# [DATA FOR ANALYSIS]
-- -- --

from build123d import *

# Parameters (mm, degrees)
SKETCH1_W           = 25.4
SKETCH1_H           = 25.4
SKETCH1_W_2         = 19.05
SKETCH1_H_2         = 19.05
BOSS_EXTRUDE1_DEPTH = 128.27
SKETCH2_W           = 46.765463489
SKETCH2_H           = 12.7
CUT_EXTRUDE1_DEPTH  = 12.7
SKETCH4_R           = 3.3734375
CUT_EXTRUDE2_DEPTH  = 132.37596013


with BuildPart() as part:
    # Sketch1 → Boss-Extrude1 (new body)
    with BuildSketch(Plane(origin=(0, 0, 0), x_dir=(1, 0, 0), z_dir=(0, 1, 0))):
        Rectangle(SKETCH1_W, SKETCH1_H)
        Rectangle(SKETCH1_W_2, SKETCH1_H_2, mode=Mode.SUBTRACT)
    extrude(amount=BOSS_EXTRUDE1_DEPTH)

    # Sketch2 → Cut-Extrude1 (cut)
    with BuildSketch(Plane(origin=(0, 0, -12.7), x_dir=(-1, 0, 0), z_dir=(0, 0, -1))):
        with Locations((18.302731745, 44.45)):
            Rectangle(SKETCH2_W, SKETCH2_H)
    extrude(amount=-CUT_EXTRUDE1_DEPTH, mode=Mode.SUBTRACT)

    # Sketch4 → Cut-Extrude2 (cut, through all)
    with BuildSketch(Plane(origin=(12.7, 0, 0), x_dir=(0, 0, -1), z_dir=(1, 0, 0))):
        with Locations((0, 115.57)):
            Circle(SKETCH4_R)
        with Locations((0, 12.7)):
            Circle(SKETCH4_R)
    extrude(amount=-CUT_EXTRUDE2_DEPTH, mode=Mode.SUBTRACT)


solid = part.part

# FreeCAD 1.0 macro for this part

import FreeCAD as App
import Part
import Sketcher

V = App.Vector
Q = App.Units.Quantity

doc = App.newDocument("Part")
body = doc.addObject("PartDesign::Body", "Body")

# Sketch on XZ plane
sketch1 = doc.addObject("Sketcher::SketchObject", "Sketch")
body.addObject(sketch1)
sketch1.AttachmentSupport = (doc.XZ_Plane, [""])
sketch1.MapMode = "FlatFace"
sketch1.addGeometry([
    Part.LineSegment(V(-12.7, -12.7, 0), V(-12.7, 12.7, 0)),  # 0
    Part.LineSegment(V(-12.7, 12.7, 0), V(12.7, 12.7, 0)),  # 1
    Part.LineSegment(V(12.7, 12.7, 0), V(12.7, -12.7, 0)),  # 2
    Part.LineSegment(V(12.7, -12.7, 0), V(-12.7, -12.7, 0)),  # 3
    Part.LineSegment(V(9.525, 9.525, 0), V(-9.525, 9.525, 0)),  # 4
    Part.LineSegment(V(-9.525, 9.525, 0), V(-9.525, -9.525, 0)),  # 5
    Part.LineSegment(V(-9.525, -9.525, 0), V(9.525, -9.525, 0)),  # 6
    Part.LineSegment(V(9.525, -9.525, 0), V(9.525, 9.525, 0)),  # 7
], False)
sketch1.addConstraint([
    Sketcher.Constraint("Coincident", 0, 2, 1, 1),
    Sketcher.Constraint("Coincident", 1, 2, 2, 1),
    Sketcher.Constraint("Coincident", 2, 2, 3, 1),
    Sketcher.Constraint("Coincident", 3, 2, 0, 1),
    Sketcher.Constraint("Coincident", 4, 2, 5, 1),
    Sketcher.Constraint("Coincident", 5, 2, 6, 1),
    Sketcher.Constraint("Coincident", 6, 2, 7, 1),
    Sketcher.Constraint("Coincident", 7, 2, 4, 1),
    Sketcher.Constraint("Vertical", 0),
    Sketcher.Constraint("Horizontal", 1),
    Sketcher.Constraint("Vertical", 2),
    Sketcher.Constraint("Horizontal", 3),
    Sketcher.Constraint("Horizontal", 4),
    Sketcher.Constraint("Vertical", 5),
    Sketcher.Constraint("Horizontal", 6),
    Sketcher.Constraint("Vertical", 7),
    Sketcher.Constraint("Symmetric", 0, 2, 2, 2, -1, 1),
    Sketcher.Constraint("Symmetric", 4, 2, 6, 2, -1, 1),
    Sketcher.Constraint("Equal", 3, 0),
    Sketcher.Constraint("Equal", 6, 5),
    Sketcher.Constraint("DistanceX", 1, 1, 1, 2, Q("1 in")),
    Sketcher.Constraint("DistanceX", 4, 2, 4, 1, Q("0.75 in")),
])
pad1 = doc.addObject("PartDesign::Pad", "Pad")
body.addObject(pad1)
pad1.Profile = sketch1
pad1.Length = Q("5.05 in")
pad1.Reversed = True

# Sketch on XY plane
sketch2 = doc.addObject("Sketcher::SketchObject", "Sketch001")
body.addObject(sketch2)
sketch2.AttachmentSupport = (doc.XY_Plane, [""])
sketch2.MapMode = "FlatFace"
sketch2.AttachmentOffset = App.Placement(V(0, 0, -0.5 * 25.4), App.Rotation())
sketch2.addGeometry([
    Part.LineSegment(V(5.08, 50.8, 0), V(5.08, 38.1, 0)),
    Part.LineSegment(V(5.08, 38.1, 0), V(-41.685463, 38.1, 0)),
    Part.LineSegment(V(-41.685463, 38.1, 0), V(-41.685463, 50.8, 0)),
    Part.LineSegment(V(-41.685463, 50.8, 0), V(5.08, 50.8, 0)),
], False)
sketch2.addConstraint([
    Sketcher.Constraint("Coincident", 0, 2, 1, 1),
    Sketcher.Constraint("Coincident", 1, 2, 2, 1),
    Sketcher.Constraint("Coincident", 2, 2, 3, 1),
    Sketcher.Constraint("Coincident", 3, 2, 0, 1),
    Sketcher.Constraint("Vertical", 0),
    Sketcher.Constraint("Horizontal", 1),
    Sketcher.Constraint("Vertical", 2),
    Sketcher.Constraint("Horizontal", 3),
    Sketcher.Constraint("DistanceY", 0, 2, 0, 1, Q("0.5 in")),
    Sketcher.Constraint("DistanceY", -1, 1, 2, 2, Q("2 in")),
    Sketcher.Constraint("DistanceX", -1, 1, 0, 2, Q("0.2 in")),
    Sketcher.Constraint("DistanceX", 1, 2, 1, 1, 46.765463),
])
pocket1 = doc.addObject("PartDesign::Pocket", "Pocket")
body.addObject(pocket1)
pocket1.Profile = sketch2
pocket1.Length = Q("0.5 in")
pocket1.Reversed = True

# Sketch on YZ plane
sketch3 = doc.addObject("Sketcher::SketchObject", "Sketch002")
body.addObject(sketch3)
sketch3.AttachmentSupport = (doc.YZ_Plane, [""])
sketch3.MapMode = "FlatFace"
sketch3.AttachmentOffset = App.Placement(V(0, 0, 0.5 * 25.4), App.Rotation())
sketch3.addGeometry([
    Part.Circle(V(115.57, 0, 0), V(0, 0, 1), 3.373438),
    Part.Circle(V(12.7, 0, 0), V(0, 0, 1), 3.373438),
], False)
sketch3.addConstraint([
    Sketcher.Constraint("Equal", 0, 1),
    Sketcher.Constraint("PointOnObject", 0, 3, -1),
    Sketcher.Constraint("PointOnObject", 1, 3, -1),
    Sketcher.Constraint("Diameter", 0, Q("0.265625 in")),
    Sketcher.Constraint("DistanceX", -1, 1, 1, 3, Q("0.5 in")),
    Sketcher.Constraint("DistanceX", -1, 1, 0, 3, Q("4.55 in")),
])
pocket2 = doc.addObject("PartDesign::Pocket", "Pocket001")
body.addObject(pocket2)
pocket2.Profile = sketch3
pocket2.Type = "ThroughAll"

doc.recompute()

-- -- --

Everything in the listing should be transcribed exactly.

# [ANSWER TO THIS TASK]
from build123d import *

# Parameters (mm, degrees)
SKETCH1_W           = 25.4
SKETCH1_H           = 25.4
SKETCH1_W_2         = 19.05
SKETCH1_H_2         = 19.05
BOSS_EXTRUDE1_DEPTH = 128.27
SKETCH2_W           = 46.765463489
SKETCH2_H           = 12.7
CUT_EXTRUDE1_DEPTH  = 12.7
SKETCH4_R           = 3.3734375
CUT_EXTRUDE2_DEPTH  = 132.37596013


with BuildPart() as part:
    # Sketch1 → Boss-Extrude1 (new body)
    with BuildSketch(Plane(origin=(0, 0, 0), x_dir=(1, 0, 0), z_dir=(0, 1, 0))):
        Rectangle(SKETCH1_W, SKETCH1_H)
        Rectangle(SKETCH1_W_2, SKETCH1_H_2, mode=Mode.SUBTRACT)
    extrude(amount=BOSS_EXTRUDE1_DEPTH)

    # Sketch2 → Cut-Extrude1 (cut)
    with BuildSketch(Plane(origin=(0, 0, -12.7), x_dir=(-1, 0, 0), z_dir=(0, 0, -1))):
        with Locations((18.302731745, 44.45)):
            Rectangle(SKETCH2_W, SKETCH2_H)
    extrude(amount=-CUT_EXTRUDE1_DEPTH, mode=Mode.SUBTRACT)

    # Sketch4 → Cut-Extrude2 (cut, through all)
    with BuildSketch(Plane(origin=(12.7, 0, 0), x_dir=(0, 0, -1), z_dir=(1, 0, 0))):
        with Locations((0, 115.57)):
            Circle(SKETCH4_R)
        with Locations((0, 12.7)):
            Circle(SKETCH4_R)
    extrude(amount=-CUT_EXTRUDE2_DEPTH, mode=Mode.SUBTRACT)


solid = part.part

# FreeCAD 1.0 macro for this part

import FreeCAD as App
import Part
import Sketcher

V = App.Vector
Q = App.Units.Quantity

doc = App.newDocument("Part")
body = doc.addObject("PartDesign::Body", "Body")

# Sketch on XZ plane
sketch1 = doc.addObject("Sketcher::SketchObject", "Sketch")
body.addObject(sketch1)
sketch1.AttachmentSupport = (doc.XZ_Plane, [""])
sketch1.MapMode = "FlatFace"
sketch1.addGeometry([
    Part.LineSegment(V(-12.7, -12.7, 0), V(-12.7, 12.7, 0)),  # 0
    Part.LineSegment(V(-12.7, 12.7, 0), V(12.7, 12.7, 0)),  # 1
    Part.LineSegment(V(12.7, 12.7, 0), V(12.7, -12.7, 0)),  # 2
    Part.LineSegment(V(12.7, -12.7, 0), V(-12.7, -12.7, 0)),  # 3
    Part.LineSegment(V(9.525, 9.525, 0), V(-9.525, 9.525, 0)),  # 4
    Part.LineSegment(V(-9.525, 9.525, 0), V(-9.525, -9.525, 0)),  # 5
    Part.LineSegment(V(-9.525, -9.525, 0), V(9.525, -9.525, 0)),  # 6
    Part.LineSegment(V(9.525, -9.525, 0), V(9.525, 9.525, 0)),  # 7
], False)
sketch1.addConstraint([
    Sketcher.Constraint("Coincident", 0, 2, 1, 1),
    Sketcher.Constraint("Coincident", 1, 2, 2, 1),
    Sketcher.Constraint("Coincident", 2, 2, 3, 1),
    Sketcher.Constraint("Coincident", 3, 2, 0, 1),
    Sketcher.Constraint("Coincident", 4, 2, 5, 1),
    Sketcher.Constraint("Coincident", 5, 2, 6, 1),
    Sketcher.Constraint("Coincident", 6, 2, 7, 1),
    Sketcher.Constraint("Coincident", 7, 2, 4, 1),
    Sketcher.Constraint("Vertical", 0),
    Sketcher.Constraint("Horizontal", 1),
    Sketcher.Constraint("Vertical", 2),
    Sketcher.Constraint("Horizontal", 3),
    Sketcher.Constraint("Horizontal", 4),
    Sketcher.Constraint("Vertical", 5),
    Sketcher.Constraint("Horizontal", 6),
    Sketcher.Constraint("Vertical", 7),
    Sketcher.Constraint("Symmetric", 0, 2, 2, 2, -1, 1),
    Sketcher.Constraint("Symmetric", 4, 2, 6, 2, -1, 1),
    Sketcher.Constraint("Equal", 3, 0),
    Sketcher.Constraint("Equal", 6, 5),
    Sketcher.Constraint("DistanceX", 1, 1, 1, 2, Q("1 in")),
    Sketcher.Constraint("DistanceX", 4, 2, 4, 1, Q("0.75 in")),
])
pad1 = doc.addObject("PartDesign::Pad", "Pad")
body.addObject(pad1)
pad1.Profile = sketch1
pad1.Length = Q("5.05 in")
pad1.Reversed = True

# Sketch on XY plane
sketch2 = doc.addObject("Sketcher::SketchObject", "Sketch001")
body.addObject(sketch2)
sketch2.AttachmentSupport = (doc.XY_Plane, [""])
sketch2.MapMode = "FlatFace"
sketch2.AttachmentOffset = App.Placement(V(0, 0, -0.5 * 25.4), App.Rotation())
sketch2.addGeometry([
    Part.LineSegment(V(5.08, 50.8, 0), V(5.08, 38.1, 0)),
    Part.LineSegment(V(5.08, 38.1, 0), V(-41.685463, 38.1, 0)),
    Part.LineSegment(V(-41.685463, 38.1, 0), V(-41.685463, 50.8, 0)),
    Part.LineSegment(V(-41.685463, 50.8, 0), V(5.08, 50.8, 0)),
], False)
sketch2.addConstraint([
    Sketcher.Constraint("Coincident", 0, 2, 1, 1),
    Sketcher.Constraint("Coincident", 1, 2, 2, 1),
    Sketcher.Constraint("Coincident", 2, 2, 3, 1),
    Sketcher.Constraint("Coincident", 3, 2, 0, 1),
    Sketcher.Constraint("Vertical", 0),
    Sketcher.Constraint("Horizontal", 1),
    Sketcher.Constraint("Vertical", 2),
    Sketcher.Constraint("Horizontal", 3),
    Sketcher.Constraint("DistanceY", 0, 2, 0, 1, Q("0.5 in")),
    Sketcher.Constraint("DistanceY", -1, 1, 2, 2, Q("2 in")),
    Sketcher.Constraint("DistanceX", -1, 1, 0, 2, Q("0.2 in")),
    Sketcher.Constraint("DistanceX", 1, 2, 1, 1, 46.765463),
])
pocket1 = doc.addObject("PartDesign::Pocket", "Pocket")
body.addObject(pocket1)
pocket1.Profile = sketch2
pocket1.Length = Q("0.5 in")
pocket1.Reversed = True

# Sketch on YZ plane
sketch3 = doc.addObject("Sketcher::SketchObject", "Sketch002")
body.addObject(sketch3)
sketch3.AttachmentSupport = (doc.YZ_Plane, [""])
sketch3.MapMode = "FlatFace"
sketch3.AttachmentOffset = App.Placement(V(0, 0, 0.5 * 25.4), App.Rotation())
sketch3.addGeometry([
    Part.Circle(V(115.57, 0, 0), V(0, 0, 1), 3.373438),
    Part.Circle(V(12.7, 0, 0), V(0, 0, 1), 3.373438),
], False)
sketch3.addConstraint([
    Sketcher.Constraint("Equal", 0, 1),
    Sketcher.Constraint("PointOnObject", 0, 3, -1),
    Sketcher.Constraint("PointOnObject", 1, 3, -1),
    Sketcher.Constraint("Diameter", 0, Q("0.265625 in")),
    Sketcher.Constraint("DistanceX", -1, 1, 1, 3, Q("0.5 in")),
    Sketcher.Constraint("DistanceX", -1, 1, 0, 3, Q("4.55 in")),
])
pocket2 = doc.addObject("PartDesign::Pocket", "Pocket001")
body.addObject(pocket2)
pocket2.Profile = sketch3
pocket2.Type = "ThroughAll"

doc.recompute()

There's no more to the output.